Several recent VCAT decisions reveal in full, glorious detail, the utter fumbling, Keystone Cops approach by our planners, elected representatives AND the countless drawbacks (failings) of the Planning Scheme. We also draw attention to the incestuous nature of the development industry. Former Glen Eira planners are now working for private companies and appearing in the very same role they had with council (ie Andrew Bromley was council’s officer at VCAT. He now appears at VCAT for the developer. Ms Bowden is also with the same company).

There is definitely a ‘cut and paste’ mentality in many of the decisions and conditions handed down by council. Entire slabs are transferred willy-nilly from one application to another, without it would appear, having any sound basis. Conditions imposed become the modus operandi of a council fighting its own planning scheme. Often, as in the following decisions, residents have to wonder whether common sense and competence have entirely deserted those involved.

Decision #1 – 14-16 Elliot Avenue, Carnegie. The application was for 4 storeys and 21 dwellings. Officers recommended a permit and councillors decided (as per their usual tactic) to lop off one storey and increase setbacks. Lobo was the only councillor to vote against the Esakoff and Okotel motion. (Zoned RGZ1) In her decision, the member rejected most of the conditions imposed by Council and modified countless others.

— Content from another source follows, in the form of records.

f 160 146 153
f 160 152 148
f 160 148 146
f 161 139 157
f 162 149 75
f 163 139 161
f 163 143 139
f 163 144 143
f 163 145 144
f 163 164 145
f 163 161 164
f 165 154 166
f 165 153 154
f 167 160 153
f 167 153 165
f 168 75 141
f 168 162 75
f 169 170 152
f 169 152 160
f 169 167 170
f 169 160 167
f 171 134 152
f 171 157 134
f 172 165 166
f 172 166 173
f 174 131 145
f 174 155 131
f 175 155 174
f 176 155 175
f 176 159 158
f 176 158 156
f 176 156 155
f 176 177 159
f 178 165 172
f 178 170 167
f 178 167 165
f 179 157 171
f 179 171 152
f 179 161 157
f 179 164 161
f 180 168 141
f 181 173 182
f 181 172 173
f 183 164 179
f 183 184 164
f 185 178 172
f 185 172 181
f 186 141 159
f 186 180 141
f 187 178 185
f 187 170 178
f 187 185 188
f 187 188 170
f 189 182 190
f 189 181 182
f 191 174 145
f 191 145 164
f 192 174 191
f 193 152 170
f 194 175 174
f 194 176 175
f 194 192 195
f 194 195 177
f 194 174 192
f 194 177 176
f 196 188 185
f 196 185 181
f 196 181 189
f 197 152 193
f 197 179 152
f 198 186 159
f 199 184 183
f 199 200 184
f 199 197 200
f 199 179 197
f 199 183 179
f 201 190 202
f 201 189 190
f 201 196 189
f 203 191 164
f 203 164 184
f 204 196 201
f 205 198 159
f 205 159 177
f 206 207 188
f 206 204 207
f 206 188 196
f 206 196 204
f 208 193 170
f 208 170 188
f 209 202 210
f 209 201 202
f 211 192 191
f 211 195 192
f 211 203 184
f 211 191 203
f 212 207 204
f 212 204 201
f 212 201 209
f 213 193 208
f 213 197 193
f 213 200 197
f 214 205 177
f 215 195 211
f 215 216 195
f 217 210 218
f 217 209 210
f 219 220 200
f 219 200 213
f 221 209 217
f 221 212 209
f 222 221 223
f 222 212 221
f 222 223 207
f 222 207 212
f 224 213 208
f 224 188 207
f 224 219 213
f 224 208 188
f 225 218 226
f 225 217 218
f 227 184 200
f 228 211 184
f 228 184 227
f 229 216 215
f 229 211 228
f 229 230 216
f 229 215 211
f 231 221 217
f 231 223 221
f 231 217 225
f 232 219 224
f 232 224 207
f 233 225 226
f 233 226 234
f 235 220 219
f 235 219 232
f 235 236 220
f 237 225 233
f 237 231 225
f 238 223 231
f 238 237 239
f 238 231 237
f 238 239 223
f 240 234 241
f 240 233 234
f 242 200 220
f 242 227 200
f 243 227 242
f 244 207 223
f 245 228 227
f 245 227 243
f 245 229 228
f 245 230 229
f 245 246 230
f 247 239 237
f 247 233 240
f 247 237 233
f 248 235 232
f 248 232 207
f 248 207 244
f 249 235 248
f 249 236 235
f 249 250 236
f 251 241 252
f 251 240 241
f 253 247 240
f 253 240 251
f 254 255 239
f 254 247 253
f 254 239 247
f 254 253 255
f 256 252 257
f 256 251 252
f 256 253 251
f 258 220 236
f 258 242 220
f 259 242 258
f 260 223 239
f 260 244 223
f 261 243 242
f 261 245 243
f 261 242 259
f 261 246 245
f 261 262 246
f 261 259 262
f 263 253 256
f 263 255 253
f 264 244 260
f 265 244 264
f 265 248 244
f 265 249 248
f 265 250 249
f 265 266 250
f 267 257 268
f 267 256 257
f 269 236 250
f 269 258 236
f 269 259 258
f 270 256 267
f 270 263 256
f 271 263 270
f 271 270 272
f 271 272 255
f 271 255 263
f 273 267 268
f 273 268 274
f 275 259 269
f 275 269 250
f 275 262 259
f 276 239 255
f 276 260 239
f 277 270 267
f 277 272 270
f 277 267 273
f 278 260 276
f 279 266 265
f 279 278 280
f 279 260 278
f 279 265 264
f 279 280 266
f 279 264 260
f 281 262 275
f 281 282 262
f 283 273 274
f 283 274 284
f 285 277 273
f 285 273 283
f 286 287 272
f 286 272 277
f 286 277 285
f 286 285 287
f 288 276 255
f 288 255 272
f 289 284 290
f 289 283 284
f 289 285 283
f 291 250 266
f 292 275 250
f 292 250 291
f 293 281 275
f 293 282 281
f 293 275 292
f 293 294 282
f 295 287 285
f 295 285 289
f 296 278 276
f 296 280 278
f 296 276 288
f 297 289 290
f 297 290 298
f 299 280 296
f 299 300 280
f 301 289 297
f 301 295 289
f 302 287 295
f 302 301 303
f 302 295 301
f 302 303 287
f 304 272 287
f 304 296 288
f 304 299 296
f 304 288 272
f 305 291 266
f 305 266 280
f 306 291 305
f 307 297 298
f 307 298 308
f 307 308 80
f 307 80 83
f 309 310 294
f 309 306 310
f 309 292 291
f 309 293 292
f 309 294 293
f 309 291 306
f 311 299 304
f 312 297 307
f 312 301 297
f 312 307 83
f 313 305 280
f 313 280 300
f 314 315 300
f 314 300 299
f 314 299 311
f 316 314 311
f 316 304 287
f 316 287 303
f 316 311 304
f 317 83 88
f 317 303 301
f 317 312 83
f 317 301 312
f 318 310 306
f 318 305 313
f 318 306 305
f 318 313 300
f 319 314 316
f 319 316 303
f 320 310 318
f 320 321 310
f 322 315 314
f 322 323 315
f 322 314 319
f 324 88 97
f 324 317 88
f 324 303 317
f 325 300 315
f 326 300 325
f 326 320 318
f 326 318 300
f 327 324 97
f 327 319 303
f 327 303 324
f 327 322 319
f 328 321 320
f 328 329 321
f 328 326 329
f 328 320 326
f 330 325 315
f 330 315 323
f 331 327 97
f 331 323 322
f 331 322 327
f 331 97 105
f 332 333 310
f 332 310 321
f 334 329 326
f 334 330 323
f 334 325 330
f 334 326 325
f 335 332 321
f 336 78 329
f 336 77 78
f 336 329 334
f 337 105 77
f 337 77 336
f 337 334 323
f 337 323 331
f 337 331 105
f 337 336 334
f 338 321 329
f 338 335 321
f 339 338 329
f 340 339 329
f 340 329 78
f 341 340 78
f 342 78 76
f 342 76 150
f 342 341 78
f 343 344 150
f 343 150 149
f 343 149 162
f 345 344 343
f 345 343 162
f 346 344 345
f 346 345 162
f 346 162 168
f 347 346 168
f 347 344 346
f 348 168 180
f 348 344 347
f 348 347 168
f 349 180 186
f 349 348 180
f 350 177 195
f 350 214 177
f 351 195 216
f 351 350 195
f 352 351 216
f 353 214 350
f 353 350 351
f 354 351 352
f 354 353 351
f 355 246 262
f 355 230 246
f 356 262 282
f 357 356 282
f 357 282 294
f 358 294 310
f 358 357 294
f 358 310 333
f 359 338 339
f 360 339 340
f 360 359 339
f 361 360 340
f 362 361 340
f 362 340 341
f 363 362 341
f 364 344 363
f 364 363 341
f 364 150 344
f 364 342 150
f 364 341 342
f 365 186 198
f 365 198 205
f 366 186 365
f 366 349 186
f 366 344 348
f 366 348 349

The top floor required to be deleted by the contested condition is recessed from the lower floors. The setback of this floor meets Standard B17 of Clause 55.04. As an interface with its neighbours, the proposal meets the test of side and rear setbacks. If Council is of the view that a four storey presentation to Elliott Avenue is not appropriate, there are ways of managing it, such as further setting it back from the street rather than deleting the whole floor altogether, with a loss of three dwellings. On policy and emerging character basis, this condition is not justified and will be deleted.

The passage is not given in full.